Work instructions
Once the line containing "f 131 38 37" is found in the entries below, reproduce it and every line after it, stopping at and including the line containing "f 203 43 202"; reproduce nothing else, and keep each line exact.

[Start of Attachment]

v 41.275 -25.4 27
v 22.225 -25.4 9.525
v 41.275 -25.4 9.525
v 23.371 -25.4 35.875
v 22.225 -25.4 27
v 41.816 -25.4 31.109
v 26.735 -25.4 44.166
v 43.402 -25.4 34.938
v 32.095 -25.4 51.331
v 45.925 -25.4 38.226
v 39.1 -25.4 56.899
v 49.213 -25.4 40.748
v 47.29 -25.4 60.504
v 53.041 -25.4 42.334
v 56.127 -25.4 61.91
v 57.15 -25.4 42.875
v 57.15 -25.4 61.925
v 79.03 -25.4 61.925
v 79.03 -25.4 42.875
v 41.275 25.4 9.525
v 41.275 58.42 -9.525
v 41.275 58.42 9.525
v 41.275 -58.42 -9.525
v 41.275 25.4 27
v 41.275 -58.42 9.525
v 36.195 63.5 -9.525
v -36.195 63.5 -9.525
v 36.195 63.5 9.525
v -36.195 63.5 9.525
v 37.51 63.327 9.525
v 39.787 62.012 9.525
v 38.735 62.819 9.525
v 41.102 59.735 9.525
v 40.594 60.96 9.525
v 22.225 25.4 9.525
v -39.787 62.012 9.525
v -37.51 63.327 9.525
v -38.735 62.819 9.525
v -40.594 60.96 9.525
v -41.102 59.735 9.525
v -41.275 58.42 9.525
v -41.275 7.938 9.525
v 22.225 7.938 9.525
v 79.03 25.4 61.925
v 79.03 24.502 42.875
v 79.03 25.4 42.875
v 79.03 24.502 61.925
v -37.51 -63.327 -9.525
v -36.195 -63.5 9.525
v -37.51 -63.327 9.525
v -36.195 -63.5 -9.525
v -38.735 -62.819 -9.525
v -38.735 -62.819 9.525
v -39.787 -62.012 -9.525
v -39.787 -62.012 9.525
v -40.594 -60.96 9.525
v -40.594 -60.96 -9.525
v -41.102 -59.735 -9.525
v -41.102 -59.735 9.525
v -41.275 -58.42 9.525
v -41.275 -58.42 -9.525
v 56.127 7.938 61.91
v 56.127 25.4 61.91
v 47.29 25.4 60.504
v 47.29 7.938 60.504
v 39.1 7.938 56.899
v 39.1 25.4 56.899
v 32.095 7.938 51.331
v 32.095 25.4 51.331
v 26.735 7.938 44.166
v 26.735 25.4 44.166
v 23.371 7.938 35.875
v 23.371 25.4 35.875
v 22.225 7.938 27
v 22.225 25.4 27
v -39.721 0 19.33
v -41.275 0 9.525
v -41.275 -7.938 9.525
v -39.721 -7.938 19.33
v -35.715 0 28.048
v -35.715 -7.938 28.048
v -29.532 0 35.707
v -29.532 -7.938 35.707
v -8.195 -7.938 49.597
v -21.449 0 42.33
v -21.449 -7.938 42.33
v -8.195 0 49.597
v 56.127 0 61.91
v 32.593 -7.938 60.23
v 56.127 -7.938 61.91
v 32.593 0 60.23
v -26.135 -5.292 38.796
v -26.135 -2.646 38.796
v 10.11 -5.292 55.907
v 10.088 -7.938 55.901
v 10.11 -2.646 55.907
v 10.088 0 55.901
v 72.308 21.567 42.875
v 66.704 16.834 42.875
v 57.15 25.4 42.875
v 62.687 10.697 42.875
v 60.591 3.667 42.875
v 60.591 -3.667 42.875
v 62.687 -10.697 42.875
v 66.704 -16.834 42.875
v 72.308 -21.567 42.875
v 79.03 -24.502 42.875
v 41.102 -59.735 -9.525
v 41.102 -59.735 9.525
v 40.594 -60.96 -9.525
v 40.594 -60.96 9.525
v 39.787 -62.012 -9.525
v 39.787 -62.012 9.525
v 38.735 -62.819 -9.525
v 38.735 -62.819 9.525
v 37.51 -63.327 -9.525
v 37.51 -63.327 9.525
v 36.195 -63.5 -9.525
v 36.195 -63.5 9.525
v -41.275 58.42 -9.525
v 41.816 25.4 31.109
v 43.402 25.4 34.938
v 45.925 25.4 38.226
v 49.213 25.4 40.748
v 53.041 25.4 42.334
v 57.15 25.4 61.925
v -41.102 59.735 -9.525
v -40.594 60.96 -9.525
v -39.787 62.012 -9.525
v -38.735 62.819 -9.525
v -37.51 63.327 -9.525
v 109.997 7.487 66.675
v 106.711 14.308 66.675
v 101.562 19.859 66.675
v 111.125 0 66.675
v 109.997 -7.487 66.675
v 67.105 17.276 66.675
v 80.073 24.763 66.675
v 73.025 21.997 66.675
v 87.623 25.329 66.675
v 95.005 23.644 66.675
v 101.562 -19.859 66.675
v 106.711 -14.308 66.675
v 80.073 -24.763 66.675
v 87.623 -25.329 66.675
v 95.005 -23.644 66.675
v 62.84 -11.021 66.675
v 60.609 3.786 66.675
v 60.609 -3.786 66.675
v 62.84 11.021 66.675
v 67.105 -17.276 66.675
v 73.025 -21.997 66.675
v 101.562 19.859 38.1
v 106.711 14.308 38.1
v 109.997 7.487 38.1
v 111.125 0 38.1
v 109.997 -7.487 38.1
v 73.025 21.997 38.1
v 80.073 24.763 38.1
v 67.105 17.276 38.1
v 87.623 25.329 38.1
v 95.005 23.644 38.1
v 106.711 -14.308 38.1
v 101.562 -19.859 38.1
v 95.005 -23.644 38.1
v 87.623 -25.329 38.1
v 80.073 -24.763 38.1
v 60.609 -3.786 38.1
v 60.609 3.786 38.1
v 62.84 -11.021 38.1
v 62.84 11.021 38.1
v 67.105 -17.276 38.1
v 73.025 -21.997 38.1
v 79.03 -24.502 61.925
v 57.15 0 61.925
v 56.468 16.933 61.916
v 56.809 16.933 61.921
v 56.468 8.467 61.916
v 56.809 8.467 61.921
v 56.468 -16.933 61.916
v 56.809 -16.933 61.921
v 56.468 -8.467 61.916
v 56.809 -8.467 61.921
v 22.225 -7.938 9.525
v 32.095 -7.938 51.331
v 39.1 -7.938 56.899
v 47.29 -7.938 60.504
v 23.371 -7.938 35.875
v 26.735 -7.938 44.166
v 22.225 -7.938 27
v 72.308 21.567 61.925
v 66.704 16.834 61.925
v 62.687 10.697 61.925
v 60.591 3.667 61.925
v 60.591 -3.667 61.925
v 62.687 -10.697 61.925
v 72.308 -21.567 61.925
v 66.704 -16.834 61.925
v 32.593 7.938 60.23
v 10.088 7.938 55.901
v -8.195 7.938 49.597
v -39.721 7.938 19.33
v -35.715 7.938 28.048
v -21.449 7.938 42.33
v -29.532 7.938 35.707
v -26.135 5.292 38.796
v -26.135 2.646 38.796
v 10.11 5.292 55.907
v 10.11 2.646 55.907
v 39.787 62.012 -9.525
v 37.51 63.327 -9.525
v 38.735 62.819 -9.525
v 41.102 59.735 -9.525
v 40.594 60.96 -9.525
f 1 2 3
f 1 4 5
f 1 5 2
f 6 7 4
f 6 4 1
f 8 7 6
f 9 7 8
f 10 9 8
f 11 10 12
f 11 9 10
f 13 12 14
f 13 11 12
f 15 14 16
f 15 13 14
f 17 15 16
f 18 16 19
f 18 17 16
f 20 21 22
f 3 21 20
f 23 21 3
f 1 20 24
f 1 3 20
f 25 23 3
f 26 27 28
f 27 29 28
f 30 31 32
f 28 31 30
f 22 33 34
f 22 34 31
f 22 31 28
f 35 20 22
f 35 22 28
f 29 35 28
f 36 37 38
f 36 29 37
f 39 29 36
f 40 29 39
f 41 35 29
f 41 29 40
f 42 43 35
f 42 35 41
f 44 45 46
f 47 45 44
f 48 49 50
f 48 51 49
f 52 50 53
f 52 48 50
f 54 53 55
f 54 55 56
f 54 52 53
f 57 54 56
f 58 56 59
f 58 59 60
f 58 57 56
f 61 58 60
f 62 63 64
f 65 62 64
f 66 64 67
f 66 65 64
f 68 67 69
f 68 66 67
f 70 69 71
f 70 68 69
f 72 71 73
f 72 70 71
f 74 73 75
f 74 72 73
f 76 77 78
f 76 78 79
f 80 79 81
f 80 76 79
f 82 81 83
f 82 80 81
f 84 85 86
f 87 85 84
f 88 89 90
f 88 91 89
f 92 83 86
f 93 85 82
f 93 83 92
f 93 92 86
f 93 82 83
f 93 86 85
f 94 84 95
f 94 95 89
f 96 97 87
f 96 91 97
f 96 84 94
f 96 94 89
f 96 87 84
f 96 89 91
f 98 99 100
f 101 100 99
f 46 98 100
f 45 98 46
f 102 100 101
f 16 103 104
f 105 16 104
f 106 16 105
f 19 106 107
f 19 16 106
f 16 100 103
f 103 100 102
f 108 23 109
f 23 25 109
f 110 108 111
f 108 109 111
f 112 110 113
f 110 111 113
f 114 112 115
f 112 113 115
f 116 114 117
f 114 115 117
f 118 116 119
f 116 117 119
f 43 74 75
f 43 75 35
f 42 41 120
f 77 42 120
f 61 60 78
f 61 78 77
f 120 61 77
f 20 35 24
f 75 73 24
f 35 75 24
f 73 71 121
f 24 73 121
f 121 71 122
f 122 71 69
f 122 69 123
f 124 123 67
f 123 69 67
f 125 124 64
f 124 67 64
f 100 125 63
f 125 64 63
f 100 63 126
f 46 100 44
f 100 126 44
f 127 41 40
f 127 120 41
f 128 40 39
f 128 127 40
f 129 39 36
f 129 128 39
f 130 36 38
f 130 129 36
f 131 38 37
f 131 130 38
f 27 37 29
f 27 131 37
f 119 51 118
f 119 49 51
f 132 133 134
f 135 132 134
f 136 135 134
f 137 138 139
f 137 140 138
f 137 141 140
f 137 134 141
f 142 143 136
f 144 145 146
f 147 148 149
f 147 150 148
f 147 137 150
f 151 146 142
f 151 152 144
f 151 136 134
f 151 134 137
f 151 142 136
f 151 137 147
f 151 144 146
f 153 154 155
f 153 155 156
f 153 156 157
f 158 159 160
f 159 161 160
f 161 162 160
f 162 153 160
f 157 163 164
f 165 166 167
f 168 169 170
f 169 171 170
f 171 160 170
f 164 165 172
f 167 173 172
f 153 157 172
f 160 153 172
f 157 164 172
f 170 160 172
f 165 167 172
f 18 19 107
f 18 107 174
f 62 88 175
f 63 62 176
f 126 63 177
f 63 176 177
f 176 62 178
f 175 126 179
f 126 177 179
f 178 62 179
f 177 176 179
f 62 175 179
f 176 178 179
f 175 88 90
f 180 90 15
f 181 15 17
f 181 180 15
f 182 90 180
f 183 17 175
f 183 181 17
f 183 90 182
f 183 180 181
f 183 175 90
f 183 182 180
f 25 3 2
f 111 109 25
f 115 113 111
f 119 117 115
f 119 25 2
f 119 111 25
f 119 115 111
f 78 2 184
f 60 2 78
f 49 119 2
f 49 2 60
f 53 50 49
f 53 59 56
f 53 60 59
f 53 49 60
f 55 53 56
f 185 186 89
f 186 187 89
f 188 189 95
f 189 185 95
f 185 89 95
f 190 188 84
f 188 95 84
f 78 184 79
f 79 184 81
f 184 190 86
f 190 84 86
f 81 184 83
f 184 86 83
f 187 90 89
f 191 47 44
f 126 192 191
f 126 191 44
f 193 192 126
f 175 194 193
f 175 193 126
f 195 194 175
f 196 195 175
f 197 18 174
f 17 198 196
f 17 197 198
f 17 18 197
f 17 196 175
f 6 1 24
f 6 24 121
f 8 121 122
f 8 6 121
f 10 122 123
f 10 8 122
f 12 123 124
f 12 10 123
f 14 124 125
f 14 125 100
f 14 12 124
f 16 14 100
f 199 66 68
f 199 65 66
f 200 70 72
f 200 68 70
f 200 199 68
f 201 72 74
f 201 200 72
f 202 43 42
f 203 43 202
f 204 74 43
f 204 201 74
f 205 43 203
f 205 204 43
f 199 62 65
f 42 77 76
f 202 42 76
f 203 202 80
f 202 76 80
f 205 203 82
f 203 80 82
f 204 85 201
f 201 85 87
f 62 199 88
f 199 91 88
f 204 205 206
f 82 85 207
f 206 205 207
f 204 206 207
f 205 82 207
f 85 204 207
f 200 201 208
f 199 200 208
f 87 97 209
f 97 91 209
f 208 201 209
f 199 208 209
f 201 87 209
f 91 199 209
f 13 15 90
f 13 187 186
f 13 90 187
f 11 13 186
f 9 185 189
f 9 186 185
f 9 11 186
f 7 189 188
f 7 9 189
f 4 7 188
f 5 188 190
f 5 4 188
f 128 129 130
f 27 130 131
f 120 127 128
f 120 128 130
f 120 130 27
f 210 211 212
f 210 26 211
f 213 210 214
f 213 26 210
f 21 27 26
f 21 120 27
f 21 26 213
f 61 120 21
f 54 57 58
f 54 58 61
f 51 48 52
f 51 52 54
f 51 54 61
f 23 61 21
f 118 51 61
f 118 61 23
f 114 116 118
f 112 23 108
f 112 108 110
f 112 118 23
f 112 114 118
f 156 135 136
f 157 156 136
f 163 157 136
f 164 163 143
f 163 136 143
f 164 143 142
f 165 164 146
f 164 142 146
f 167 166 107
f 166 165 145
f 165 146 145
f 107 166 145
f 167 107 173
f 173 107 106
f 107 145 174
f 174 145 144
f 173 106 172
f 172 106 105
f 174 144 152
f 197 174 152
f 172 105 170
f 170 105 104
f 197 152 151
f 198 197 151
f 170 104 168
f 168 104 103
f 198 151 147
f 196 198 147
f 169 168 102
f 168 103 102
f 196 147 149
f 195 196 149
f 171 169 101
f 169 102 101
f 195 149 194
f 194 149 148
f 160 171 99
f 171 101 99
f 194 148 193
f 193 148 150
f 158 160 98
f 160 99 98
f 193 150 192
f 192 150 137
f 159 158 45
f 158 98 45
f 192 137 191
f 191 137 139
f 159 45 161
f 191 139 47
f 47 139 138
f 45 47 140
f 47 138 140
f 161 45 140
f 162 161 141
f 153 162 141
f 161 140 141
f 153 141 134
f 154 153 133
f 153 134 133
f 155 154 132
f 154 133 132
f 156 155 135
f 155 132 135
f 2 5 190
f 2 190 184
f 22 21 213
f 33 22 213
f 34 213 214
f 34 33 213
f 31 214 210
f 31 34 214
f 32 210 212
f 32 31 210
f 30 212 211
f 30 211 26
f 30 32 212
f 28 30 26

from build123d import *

# Parameters (mm, degrees)
F1_DEPTH = 63.5
F0_W     = 18.70497
F0_H     = 19.05
F2_DEPTH = 25.4
F3_DEPTH = 7.9375
F0_W_2   = 25.4
F0_H_2   = 28.575
F5_R     = 5.08


with BuildPart() as f1:
    # F0 (on Front) → F1 (new body, symmetric)
    with BuildSketch(Plane.XZ):
        Polygon((-41.275, 9.525), (-41.275, -9.525), (41.275, -9.525), (41.275, 9.525), (22.225, 9.525), align=None)
    extrude(amount=F1_DEPTH, both=True)

    # F0 (on Front) → F2 (join, symmetric)
    with BuildSketch(Plane.XZ):
        with BuildLine():
            Line((22.225, 9.525), (41.275, 9.525))
            Line((41.275, 9.525), (41.275, 27.0002))
            ThreePointArc((41.275, 27.0002), (45.92468, 38.22552), (57.15, 42.8752))
            Line((57.15, 42.8752), (60.325, 42.8752))
            Line((60.325, 42.8752), (60.325, 61.9252))
            Line((60.325, 61.9252), (57.15, 61.9252))
            add(Edge.make_bspline(
                [(56.126842, 61.91021), (56.468024, 61.915997), (56.809083, 61.920993), (57.15, 61.9252)],
                knots=[110.703053, 110.703053, 110.703053, 110.703053, 111.504536, 111.504536, 111.504536, 111.504536], degree=3))
            ThreePointArc((56.126842, 61.91021), (32.095166, 51.331475), (22.225, 27.0002))
            Line((22.225, 27.0002), (22.225, 9.525))
        make_face()
        with Locations((69.677485, 52.4002)):
            Rectangle(F0_W, F0_H)
    extrude(amount=F2_DEPTH, both=True)

    # F0 (on Front) → F3 (join, symmetric)
    with BuildSketch(Plane.XZ):
        with BuildLine():
            add(Edge.make_bspline(
                [(-41.275, 9.525), (-40.465312, 45.22587), (9.001882, 61.110903), (56.126842, 61.91021)],
                knots=[0, 0, 0, 0, 110.703053, 110.703053, 110.703053, 110.703053], degree=3))
            Line((-41.275, 9.525), (22.225, 9.525))
            Line((22.225, 9.525), (22.225, 27.0002))
            ThreePointArc((22.225, 27.0002), (32.095166, 51.331475), (56.126842, 61.91021))
        make_face()
    extrude(amount=F3_DEPTH, both=True)

    # F0 (on Front) → F4 (revolve)
    with BuildSketch(Plane.XZ):
        with Locations((98.425, 52.3875)):
            Rectangle(F0_W_2, F0_H_2)
    revolve(axis=Axis((85.725, 0, 52.3875), (0, 0, -1)))

    # F5
    f5_edges = [f1.edges().sort_by_distance(p)[0] for p in [
        (41.275, -63.5, 0),
        (-41.275, -63.5, 0),
        (41.275, 63.5, 0),
        (-41.275, 63.5, 0),
    ]]
    fillet(f5_edges, radius=F5_R)


solid = f1.part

[End of Attachment]

Reply
f 131 38 37
f 131 130 38
f 27 37 29
f 27 131 37
f 119 51 118
f 119 49 51
f 132 133 134
f 135 132 134
f 136 135 134
f 137 138 139
f 137 140 138
f 137 141 140
f 137 134 141
f 142 143 136
f 144 145 146
f 147 148 149
f 147 150 148
f 147 137 150
f 151 146 142
f 151 152 144
f 151 136 134
f 151 134 137
f 151 142 136
f 151 137 147
f 151 144 146
f 153 154 155
f 153 155 156
f 153 156 157
f 158 159 160
f 159 161 160
f 161 162 160
f 162 153 160
f 157 163 164
f 165 166 167
f 168 169 170
f 169 171 170
f 171 160 170
f 164 165 172
f 167 173 172
f 153 157 172
f 160 153 172
f 157 164 172
f 170 160 172
f 165 167 172
f 18 19 107
f 18 107 174
f 62 88 175
f 63 62 176
f 126 63 177
f 63 176 177
f 176 62 178
f 175 126 179
f 126 177 179
f 178 62 179
f 177 176 179
f 62 175 179
f 176 178 179
f 175 88 90
f 180 90 15
f 181 15 17
f 181 180 15
f 182 90 180
f 183 17 175
f 183 181 17
f 183 90 182
f 183 180 181
f 183 175 90
f 183 182 180
f 25 3 2
f 111 109 25
f 115 113 111
f 119 117 115
f 119 25 2
f 119 111 25
f 119 115 111
f 78 2 184
f 60 2 78
f 49 119 2
f 49 2 60
f 53 50 49
f 53 59 56
f 53 60 59
f 53 49 60
f 55 53 56
f 185 186 89
f 186 187 89
f 188 189 95
f 189 185 95
f 185 89 95
f 190 188 84
f 188 95 84
f 78 184 79
f 79 184 81
f 184 190 86
f 190 84 86
f 81 184 83
f 184 86 83
f 187 90 89
f 191 47 44
f 126 192 191
f 126 191 44
f 193 192 126
f 175 194 193
f 175 193 126
f 195 194 175
f 196 195 175
f 197 18 174
f 17 198 196
f 17 197 198
f 17 18 197
f 17 196 175
f 6 1 24
f 6 24 121
f 8 121 122
f 8 6 121
f 10 122 123
f 10 8 122
f 12 123 124
f 12 10 123
f 14 124 125
f 14 125 100
f 14 12 124
f 16 14 100
f 199 66 68
f 199 65 66
f 200 70 72
f 200 68 70
f 200 199 68
f 201 72 74
f 201 200 72
f 202 43 42
f 203 43 202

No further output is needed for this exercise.